USDJPY consolidated above the 113.50, minor 23.6% retrace on Feb decline). The strengthening positive trend suggests a further extension toward the major 38.2% retrace, 115.08, on Jan 29 – Feb 11 slide). Surpassing 115.08 will signal a potentially sustainable recovery to 116.34 and 117.60 (Fib 50% and 61.8% retrace). Support is seen at 112.90 (200-hma) before 112.00, week’s low. The key support stands at 110.99 (Feb dip).

GBPUSD is offered pre-1.42. The 1.4154, major 38.2% on February-March decline, should distinguish between a further recovery toward the 1.43 (pre-Brexit referendum date announcement) and a pullback toward 1.4032/1.4000 (minor 23.6% / psychological support) before a further slide to fresh seven-year low levels (1.3836) come again into consideration.

AUDUSD extended gains to the critical mid-term resistance of 0.7385 (major 38.2% on May’15 – Jan’16 slide / Dec’14 high). A break above this level could signal a mid-term bullish reversal and could bring the possibility of a rise toward the 75 cent mark (which is also the Fib 50%) on the table.
The 200-dma (0.7253) is expected to lend support before 0.7153/0.7111 area including the 100 and 50 day moving averages and the minor 23.6% retrace on May’15 – Jan’16 slide.

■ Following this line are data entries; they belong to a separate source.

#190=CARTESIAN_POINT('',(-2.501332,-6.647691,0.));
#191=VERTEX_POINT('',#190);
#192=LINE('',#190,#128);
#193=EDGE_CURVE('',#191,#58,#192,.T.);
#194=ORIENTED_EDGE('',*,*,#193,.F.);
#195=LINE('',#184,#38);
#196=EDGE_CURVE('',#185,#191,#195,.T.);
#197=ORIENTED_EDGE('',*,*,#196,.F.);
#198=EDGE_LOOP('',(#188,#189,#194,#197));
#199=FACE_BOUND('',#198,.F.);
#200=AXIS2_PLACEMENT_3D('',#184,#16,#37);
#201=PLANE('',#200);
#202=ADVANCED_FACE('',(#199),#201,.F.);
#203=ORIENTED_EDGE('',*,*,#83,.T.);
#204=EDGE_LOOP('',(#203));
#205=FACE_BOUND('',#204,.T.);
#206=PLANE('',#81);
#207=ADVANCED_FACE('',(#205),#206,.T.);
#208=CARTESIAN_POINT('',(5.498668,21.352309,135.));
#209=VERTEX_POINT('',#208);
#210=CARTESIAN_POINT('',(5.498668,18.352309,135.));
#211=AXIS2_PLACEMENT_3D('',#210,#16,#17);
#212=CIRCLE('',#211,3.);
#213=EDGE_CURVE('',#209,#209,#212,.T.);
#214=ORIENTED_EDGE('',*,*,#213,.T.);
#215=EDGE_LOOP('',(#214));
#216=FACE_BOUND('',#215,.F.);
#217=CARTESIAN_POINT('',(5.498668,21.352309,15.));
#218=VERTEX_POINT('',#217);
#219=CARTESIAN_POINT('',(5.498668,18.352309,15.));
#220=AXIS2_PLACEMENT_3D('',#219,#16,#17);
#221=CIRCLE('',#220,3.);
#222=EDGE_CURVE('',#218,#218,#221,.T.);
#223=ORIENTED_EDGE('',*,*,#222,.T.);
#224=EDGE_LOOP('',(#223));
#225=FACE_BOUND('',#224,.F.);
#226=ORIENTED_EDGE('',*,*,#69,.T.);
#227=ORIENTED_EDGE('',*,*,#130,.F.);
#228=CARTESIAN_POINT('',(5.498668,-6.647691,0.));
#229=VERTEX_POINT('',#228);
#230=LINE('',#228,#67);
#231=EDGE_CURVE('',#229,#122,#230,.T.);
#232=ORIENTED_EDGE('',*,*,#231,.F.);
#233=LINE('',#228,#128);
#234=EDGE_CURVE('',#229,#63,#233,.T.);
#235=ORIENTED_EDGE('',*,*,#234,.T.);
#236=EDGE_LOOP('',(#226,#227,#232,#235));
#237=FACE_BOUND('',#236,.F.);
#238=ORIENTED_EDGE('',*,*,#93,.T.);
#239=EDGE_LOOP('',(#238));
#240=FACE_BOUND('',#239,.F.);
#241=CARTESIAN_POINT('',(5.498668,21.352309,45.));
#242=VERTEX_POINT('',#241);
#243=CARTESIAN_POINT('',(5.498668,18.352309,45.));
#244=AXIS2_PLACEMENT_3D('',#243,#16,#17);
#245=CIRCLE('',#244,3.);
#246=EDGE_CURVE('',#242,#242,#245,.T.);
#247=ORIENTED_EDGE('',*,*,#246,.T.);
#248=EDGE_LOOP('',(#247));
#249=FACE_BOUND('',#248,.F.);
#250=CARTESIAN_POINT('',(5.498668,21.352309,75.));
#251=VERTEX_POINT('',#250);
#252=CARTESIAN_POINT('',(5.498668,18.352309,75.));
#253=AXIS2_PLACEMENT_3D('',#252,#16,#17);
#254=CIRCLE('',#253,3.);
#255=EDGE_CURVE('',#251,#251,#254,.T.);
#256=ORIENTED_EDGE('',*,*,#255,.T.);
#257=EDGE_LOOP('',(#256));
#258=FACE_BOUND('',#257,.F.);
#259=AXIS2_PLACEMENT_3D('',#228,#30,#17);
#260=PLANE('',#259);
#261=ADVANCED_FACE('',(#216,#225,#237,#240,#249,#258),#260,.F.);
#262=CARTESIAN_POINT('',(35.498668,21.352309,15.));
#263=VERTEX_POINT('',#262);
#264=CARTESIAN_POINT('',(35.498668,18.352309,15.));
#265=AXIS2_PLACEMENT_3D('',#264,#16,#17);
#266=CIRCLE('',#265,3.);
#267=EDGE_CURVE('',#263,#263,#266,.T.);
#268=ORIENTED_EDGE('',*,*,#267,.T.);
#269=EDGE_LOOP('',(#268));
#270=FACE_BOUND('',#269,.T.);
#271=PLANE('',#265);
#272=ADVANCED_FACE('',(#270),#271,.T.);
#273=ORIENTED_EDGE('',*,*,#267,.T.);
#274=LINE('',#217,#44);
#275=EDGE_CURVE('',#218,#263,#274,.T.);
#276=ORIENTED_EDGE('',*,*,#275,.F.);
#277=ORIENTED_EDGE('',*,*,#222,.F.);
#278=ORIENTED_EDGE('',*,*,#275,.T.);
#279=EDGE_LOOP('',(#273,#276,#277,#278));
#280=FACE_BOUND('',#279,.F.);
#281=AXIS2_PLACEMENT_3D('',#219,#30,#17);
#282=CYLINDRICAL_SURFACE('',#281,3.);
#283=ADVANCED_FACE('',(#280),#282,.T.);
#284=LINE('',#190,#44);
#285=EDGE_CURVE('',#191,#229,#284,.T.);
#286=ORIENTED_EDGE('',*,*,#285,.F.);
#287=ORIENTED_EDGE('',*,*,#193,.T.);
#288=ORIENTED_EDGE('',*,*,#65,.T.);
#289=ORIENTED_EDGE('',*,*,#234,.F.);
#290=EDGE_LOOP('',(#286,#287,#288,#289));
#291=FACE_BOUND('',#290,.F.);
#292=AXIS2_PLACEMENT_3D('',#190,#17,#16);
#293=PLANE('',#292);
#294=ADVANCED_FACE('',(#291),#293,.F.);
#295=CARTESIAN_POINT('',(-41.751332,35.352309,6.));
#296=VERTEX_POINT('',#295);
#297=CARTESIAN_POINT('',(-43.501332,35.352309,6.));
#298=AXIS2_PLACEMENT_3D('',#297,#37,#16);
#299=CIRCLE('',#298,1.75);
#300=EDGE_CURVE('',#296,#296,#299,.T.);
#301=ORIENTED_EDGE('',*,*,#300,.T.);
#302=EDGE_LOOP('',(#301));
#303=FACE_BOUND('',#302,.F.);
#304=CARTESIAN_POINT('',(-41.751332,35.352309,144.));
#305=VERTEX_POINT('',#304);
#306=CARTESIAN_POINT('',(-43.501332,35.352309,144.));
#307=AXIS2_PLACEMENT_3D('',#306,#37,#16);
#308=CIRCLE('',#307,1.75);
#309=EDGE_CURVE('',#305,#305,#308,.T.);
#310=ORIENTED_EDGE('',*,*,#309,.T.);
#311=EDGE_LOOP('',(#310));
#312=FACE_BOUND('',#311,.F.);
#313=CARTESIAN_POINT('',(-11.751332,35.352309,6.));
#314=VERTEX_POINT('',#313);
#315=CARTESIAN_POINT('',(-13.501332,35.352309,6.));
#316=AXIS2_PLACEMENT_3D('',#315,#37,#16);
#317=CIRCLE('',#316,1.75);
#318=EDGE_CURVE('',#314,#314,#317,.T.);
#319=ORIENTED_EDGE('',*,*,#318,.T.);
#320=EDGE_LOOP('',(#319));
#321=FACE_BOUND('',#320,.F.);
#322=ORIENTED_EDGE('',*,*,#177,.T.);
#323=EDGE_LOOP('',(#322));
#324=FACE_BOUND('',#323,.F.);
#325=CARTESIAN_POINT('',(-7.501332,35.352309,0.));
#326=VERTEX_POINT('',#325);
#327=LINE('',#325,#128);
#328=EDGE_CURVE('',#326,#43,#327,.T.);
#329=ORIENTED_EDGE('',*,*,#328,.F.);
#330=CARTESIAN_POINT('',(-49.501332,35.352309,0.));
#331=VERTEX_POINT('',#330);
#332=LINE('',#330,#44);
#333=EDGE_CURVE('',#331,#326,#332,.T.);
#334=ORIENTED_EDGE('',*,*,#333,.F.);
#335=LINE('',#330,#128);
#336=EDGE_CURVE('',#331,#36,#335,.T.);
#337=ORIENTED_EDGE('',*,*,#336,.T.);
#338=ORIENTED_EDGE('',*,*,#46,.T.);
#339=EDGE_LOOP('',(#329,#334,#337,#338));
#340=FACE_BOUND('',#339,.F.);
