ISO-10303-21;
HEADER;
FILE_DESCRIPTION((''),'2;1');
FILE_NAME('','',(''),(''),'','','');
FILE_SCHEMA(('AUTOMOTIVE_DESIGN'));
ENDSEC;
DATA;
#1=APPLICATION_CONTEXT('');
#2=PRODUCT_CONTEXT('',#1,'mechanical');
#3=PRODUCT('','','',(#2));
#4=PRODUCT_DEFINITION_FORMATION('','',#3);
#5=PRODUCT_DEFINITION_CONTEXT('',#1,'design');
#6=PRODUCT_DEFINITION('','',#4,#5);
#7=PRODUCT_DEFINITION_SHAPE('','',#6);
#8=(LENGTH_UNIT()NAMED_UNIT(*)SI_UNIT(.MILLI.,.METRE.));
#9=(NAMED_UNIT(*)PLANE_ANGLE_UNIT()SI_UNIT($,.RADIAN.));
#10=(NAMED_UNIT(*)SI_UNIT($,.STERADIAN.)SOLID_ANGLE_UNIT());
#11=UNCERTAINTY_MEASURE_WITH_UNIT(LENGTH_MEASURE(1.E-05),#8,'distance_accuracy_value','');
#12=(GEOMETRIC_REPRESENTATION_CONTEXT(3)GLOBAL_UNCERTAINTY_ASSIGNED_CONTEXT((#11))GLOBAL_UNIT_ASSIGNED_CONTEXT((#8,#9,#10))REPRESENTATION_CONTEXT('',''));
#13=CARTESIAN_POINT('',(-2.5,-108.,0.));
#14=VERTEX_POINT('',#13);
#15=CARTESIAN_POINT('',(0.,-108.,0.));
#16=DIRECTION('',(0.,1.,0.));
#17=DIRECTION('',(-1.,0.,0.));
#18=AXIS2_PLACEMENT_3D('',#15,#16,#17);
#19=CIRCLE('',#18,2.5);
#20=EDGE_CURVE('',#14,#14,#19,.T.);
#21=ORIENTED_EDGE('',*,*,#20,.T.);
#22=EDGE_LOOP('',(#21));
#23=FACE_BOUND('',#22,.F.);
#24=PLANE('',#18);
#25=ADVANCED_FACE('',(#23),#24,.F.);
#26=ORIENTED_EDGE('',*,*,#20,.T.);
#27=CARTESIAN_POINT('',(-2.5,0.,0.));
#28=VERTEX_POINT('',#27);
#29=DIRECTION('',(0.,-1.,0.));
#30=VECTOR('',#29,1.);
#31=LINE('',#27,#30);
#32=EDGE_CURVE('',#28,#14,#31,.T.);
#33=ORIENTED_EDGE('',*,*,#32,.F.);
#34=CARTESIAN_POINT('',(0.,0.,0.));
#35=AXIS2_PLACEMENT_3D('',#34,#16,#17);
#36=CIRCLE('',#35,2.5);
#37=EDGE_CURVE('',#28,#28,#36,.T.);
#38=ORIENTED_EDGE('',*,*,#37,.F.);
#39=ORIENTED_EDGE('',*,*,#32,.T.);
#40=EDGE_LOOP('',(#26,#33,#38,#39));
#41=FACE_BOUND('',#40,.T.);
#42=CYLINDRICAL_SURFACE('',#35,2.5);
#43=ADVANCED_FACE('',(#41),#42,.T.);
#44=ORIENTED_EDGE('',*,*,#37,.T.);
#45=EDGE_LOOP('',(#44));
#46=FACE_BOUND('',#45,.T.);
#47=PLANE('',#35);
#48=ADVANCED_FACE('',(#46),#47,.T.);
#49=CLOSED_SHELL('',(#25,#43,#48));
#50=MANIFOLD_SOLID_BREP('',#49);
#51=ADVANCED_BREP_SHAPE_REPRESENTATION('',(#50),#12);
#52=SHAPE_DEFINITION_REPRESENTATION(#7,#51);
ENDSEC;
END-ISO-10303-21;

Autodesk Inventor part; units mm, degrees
ref_plane "YZ Plane" through (0, 0, 0) normal (1, 0, 0) x (0, 1, 0)
ref_plane "XZ Plane" through (0, 0, 0) normal (0, 1, 0) x (-1, 0, 0)
ref_plane "XY Plane" through (0, 0, 0) normal (0, 0, 1) x (1, 0, 0)
sketch "Sketch1" plane through (0, 0, 0) normal (0, 1, 0) x (-1, 0, 0)
  circle A0 centre (0, 0) radius 2.5
  dimension "d0" = 5
extrude "Extrusion1" add sketch "Sketch1" against normal blind 108
thread "Thread1" size "12-24 UNC" class "2A" standard "ANSI Unified Screw Threads" full length
properties part number "M5 65mm Threaded Rod"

Gold extended gains to $1275. The upside momentum is ready to pick up for an extension toward $1300 mark, should the US labour data gives signs of weakness before the weekly closing bell. Support is eyed at $1255/1235(session low / 200-hma).

WTI is testing $35.00 resistance and appears to be losing some upside momentum. Surpassing the 35.00/35.50 area, an extension to 3$37.20 (100-dma) could be considered. On the downside, support is seen at $33.20 (200-hma), then at the 50dma ($32.30). If support at this level is broken, we could expect to see a further fall to $31.15 (21-dma) before a re-test of the $30 mark.